╭─ STORED DATA

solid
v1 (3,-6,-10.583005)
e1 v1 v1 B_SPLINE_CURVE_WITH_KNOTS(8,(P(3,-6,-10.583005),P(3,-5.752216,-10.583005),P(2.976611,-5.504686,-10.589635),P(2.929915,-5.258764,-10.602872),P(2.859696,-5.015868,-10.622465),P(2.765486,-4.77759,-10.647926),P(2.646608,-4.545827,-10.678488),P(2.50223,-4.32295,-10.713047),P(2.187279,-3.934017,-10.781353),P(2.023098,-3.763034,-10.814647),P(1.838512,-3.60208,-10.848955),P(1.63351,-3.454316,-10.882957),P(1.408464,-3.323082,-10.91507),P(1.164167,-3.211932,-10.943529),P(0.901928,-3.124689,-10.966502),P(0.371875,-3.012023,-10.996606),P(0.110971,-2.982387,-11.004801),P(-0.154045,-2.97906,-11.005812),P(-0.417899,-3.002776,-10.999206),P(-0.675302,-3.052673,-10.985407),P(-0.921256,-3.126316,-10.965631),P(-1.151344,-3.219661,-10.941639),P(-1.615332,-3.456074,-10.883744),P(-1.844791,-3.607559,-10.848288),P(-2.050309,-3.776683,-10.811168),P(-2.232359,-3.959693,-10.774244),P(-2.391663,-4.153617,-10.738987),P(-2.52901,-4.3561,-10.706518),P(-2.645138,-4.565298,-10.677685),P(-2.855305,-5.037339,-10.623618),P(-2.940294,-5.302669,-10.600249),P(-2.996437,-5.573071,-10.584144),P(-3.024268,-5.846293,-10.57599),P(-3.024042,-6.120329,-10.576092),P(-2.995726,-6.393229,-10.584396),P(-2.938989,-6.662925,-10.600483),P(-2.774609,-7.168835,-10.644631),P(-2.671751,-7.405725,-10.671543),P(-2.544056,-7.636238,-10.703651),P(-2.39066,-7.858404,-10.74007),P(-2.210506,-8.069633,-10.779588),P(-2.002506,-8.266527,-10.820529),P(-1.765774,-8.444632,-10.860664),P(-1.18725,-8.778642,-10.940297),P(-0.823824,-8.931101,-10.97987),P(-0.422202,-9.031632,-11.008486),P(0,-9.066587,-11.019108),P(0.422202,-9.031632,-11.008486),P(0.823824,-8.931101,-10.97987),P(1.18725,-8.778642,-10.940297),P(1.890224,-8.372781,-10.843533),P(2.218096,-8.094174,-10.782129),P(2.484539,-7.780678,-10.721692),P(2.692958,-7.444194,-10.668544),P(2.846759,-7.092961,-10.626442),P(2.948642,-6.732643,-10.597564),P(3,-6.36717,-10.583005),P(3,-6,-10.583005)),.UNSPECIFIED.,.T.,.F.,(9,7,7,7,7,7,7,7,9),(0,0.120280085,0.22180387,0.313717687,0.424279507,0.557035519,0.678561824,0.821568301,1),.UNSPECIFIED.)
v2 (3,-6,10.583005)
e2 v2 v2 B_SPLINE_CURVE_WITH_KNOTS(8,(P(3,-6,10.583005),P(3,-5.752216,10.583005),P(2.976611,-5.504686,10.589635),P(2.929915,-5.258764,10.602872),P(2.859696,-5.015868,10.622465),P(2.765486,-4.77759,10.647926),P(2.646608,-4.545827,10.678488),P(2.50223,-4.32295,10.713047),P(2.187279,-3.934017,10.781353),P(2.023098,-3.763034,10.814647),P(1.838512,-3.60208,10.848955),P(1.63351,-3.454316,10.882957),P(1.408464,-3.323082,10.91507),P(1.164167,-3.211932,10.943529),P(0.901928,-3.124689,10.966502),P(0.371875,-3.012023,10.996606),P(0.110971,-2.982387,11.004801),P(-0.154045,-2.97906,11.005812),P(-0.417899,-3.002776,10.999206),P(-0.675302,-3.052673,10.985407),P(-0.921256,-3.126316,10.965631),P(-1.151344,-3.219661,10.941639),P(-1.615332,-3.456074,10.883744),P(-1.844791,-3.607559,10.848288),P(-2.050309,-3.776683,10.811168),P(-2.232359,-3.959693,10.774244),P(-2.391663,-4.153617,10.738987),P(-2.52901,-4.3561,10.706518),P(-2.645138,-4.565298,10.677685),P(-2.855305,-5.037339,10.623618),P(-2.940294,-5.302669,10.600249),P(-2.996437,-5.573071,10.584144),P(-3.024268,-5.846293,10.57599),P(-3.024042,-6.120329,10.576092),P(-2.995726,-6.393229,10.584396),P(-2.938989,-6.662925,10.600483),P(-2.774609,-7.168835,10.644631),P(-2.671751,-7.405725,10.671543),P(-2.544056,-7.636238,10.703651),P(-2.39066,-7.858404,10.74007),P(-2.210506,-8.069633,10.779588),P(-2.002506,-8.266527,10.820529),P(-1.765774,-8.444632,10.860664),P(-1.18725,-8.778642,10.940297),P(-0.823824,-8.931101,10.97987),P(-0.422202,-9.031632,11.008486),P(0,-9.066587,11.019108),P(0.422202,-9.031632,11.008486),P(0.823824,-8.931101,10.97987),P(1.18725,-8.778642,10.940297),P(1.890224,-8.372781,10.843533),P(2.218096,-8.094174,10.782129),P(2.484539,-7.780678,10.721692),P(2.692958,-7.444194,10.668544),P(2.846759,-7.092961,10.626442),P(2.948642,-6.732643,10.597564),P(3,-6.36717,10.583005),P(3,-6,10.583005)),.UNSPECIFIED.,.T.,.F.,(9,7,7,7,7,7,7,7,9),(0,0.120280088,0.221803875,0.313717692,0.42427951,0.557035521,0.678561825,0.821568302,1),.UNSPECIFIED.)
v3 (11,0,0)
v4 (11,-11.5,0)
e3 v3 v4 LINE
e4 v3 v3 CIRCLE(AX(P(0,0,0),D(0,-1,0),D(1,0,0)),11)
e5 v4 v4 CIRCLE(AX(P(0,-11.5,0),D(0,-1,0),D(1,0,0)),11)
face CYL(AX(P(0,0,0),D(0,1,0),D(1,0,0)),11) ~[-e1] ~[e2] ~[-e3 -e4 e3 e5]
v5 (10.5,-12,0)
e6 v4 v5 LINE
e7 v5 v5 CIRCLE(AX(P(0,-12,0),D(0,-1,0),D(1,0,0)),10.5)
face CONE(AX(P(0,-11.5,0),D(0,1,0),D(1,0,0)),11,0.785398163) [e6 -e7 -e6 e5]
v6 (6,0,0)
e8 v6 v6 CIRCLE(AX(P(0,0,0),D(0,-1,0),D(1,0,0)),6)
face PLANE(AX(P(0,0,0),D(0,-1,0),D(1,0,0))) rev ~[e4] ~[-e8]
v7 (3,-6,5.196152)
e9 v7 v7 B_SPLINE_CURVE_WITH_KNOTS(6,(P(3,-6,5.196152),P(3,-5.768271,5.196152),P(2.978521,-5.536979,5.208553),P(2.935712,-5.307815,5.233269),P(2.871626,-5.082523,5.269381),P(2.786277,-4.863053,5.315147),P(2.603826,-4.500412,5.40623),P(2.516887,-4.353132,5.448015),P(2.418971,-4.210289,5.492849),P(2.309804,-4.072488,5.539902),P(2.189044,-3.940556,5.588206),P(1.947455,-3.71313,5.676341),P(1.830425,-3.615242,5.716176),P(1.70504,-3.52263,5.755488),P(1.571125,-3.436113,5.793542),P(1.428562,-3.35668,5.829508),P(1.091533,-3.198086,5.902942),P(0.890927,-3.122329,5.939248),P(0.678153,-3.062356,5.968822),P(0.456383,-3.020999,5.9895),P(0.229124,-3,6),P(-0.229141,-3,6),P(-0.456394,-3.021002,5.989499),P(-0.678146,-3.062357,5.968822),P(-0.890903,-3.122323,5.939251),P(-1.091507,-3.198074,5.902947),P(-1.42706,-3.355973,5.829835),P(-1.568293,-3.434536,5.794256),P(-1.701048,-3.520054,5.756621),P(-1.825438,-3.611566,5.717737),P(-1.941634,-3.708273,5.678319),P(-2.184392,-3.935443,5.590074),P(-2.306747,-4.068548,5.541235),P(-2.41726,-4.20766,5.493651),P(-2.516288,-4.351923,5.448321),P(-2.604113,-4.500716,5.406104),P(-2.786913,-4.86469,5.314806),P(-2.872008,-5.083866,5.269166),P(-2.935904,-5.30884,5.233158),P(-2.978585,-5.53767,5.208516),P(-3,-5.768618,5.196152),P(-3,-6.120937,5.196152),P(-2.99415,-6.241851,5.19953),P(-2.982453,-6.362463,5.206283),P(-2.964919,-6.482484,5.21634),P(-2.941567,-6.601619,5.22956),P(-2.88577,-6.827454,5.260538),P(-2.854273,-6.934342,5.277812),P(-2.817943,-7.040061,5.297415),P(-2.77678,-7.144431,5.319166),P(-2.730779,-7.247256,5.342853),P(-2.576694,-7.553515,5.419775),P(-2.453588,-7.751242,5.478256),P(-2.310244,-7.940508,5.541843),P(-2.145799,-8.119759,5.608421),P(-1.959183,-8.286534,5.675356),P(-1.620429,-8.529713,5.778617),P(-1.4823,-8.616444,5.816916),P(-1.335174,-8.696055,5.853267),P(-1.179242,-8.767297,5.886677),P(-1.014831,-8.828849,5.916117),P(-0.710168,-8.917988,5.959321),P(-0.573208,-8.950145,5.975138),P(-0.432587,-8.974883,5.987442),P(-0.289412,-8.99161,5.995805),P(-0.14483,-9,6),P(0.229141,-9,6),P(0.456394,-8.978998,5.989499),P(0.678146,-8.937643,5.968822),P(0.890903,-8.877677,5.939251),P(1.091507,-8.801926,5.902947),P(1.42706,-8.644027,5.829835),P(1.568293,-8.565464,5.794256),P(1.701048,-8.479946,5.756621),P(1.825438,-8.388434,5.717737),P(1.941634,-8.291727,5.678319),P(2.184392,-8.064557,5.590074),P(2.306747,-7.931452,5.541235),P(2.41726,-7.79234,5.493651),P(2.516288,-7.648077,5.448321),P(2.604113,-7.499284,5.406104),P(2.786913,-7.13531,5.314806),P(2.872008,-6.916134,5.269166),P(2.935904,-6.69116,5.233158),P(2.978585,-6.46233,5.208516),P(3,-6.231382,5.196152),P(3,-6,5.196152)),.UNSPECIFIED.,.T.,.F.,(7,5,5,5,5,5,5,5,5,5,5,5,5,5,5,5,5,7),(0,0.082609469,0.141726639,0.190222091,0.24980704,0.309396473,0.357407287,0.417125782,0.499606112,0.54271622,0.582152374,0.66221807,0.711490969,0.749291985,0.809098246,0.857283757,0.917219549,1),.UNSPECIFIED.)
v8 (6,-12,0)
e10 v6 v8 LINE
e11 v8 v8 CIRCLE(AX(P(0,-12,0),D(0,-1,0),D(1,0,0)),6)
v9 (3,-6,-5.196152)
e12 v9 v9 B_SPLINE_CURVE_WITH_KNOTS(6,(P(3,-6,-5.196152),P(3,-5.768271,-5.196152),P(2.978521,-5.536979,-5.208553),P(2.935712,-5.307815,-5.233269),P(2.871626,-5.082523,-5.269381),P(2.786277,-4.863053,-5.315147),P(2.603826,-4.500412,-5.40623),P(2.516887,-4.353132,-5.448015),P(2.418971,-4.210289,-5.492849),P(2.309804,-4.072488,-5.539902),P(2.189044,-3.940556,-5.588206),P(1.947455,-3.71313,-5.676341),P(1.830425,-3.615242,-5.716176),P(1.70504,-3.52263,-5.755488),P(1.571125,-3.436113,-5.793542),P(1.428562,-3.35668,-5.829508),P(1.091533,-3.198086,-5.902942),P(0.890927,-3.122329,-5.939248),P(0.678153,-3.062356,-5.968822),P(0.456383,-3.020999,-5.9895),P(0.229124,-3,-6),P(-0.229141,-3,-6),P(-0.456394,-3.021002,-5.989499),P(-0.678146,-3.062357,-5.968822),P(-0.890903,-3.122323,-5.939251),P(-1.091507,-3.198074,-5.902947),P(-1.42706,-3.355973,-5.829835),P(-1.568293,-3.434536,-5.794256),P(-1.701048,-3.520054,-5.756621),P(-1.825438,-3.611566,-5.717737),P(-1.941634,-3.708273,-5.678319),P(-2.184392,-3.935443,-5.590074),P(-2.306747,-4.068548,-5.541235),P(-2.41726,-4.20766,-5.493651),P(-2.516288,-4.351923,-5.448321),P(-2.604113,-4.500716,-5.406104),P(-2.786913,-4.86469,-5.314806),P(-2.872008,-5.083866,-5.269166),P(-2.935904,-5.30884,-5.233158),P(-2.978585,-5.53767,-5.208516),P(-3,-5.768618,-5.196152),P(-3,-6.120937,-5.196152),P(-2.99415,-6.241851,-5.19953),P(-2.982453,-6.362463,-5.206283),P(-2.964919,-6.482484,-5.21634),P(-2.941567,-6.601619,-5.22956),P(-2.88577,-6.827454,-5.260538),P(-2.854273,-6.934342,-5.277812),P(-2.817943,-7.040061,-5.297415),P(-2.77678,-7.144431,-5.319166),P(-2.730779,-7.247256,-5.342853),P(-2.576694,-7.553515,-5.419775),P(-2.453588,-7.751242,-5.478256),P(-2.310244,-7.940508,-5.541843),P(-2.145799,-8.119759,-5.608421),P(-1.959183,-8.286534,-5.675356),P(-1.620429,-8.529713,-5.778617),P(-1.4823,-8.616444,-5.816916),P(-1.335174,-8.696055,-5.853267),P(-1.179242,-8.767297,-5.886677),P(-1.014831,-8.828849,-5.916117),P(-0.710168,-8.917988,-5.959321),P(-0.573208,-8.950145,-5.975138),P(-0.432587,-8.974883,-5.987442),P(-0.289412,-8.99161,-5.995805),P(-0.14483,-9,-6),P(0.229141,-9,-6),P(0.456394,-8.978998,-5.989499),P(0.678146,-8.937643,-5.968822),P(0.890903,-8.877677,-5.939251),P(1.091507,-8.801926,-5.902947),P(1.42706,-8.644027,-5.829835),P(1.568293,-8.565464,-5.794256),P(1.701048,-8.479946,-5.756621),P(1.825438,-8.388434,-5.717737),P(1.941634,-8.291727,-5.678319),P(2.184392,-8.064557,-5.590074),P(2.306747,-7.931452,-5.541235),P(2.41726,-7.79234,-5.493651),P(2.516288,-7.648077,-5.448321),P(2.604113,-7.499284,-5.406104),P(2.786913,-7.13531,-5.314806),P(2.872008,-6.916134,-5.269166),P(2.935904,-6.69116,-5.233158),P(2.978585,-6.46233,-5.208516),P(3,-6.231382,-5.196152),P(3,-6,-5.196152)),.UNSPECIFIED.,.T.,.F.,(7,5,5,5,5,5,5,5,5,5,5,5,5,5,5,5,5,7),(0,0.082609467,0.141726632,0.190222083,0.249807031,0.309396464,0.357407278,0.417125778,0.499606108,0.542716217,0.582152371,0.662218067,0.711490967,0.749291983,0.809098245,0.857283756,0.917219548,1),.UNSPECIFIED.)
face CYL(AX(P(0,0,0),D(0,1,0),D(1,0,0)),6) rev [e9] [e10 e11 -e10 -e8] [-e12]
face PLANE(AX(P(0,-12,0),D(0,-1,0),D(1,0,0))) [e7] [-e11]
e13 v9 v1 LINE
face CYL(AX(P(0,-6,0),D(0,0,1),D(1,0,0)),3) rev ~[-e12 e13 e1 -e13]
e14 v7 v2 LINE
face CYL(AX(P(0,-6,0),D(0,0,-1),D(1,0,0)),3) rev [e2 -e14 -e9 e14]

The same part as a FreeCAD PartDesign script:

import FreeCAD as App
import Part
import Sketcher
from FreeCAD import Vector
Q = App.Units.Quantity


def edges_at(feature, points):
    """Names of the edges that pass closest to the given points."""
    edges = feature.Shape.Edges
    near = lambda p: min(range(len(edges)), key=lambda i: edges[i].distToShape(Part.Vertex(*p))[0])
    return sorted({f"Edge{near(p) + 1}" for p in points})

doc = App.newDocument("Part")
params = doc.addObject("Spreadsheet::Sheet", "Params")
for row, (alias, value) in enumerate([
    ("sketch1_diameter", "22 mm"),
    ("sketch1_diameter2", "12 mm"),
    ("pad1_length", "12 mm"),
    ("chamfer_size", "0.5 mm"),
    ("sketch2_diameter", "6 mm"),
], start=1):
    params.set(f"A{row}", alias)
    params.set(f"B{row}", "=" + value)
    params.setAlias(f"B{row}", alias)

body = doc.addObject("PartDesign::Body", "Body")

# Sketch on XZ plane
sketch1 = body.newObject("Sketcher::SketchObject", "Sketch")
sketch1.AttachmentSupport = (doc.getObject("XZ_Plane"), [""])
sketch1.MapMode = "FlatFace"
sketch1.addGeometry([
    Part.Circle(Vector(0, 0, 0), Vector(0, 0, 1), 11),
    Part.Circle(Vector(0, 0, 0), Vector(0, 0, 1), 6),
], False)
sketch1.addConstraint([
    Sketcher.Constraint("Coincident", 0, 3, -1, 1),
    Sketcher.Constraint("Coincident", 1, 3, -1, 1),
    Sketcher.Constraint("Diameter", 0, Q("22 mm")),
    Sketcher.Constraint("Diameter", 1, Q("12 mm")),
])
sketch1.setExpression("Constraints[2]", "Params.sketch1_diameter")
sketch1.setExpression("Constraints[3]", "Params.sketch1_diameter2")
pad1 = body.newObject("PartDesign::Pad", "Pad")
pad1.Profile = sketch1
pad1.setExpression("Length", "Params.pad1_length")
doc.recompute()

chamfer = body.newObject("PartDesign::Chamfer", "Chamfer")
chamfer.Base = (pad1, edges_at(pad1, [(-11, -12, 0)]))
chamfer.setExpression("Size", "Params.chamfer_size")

╰─

=== ASSIGNMENT ===
Only the lines above starting with the one with "face CONE(AX(P(0,-11.5,0),D(0,1,0),D(1,0,0)),11,0.785398163) [e6" and going through the one with "v7 (3,-6,5.196152)" are to be copied, word for word and with both ends kept.

=== SOLUTION TO THIS TASK ===
face CONE(AX(P(0,-11.5,0),D(0,1,0),D(1,0,0)),11,0.785398163) [e6 -e7 -e6 e5]
v6 (6,0,0)
e8 v6 v6 CIRCLE(AX(P(0,0,0),D(0,-1,0),D(1,0,0)),6)
face PLANE(AX(P(0,0,0),D(0,-1,0),D(1,0,0))) rev ~[e4] ~[-e8]
v7 (3,-6,5.196152)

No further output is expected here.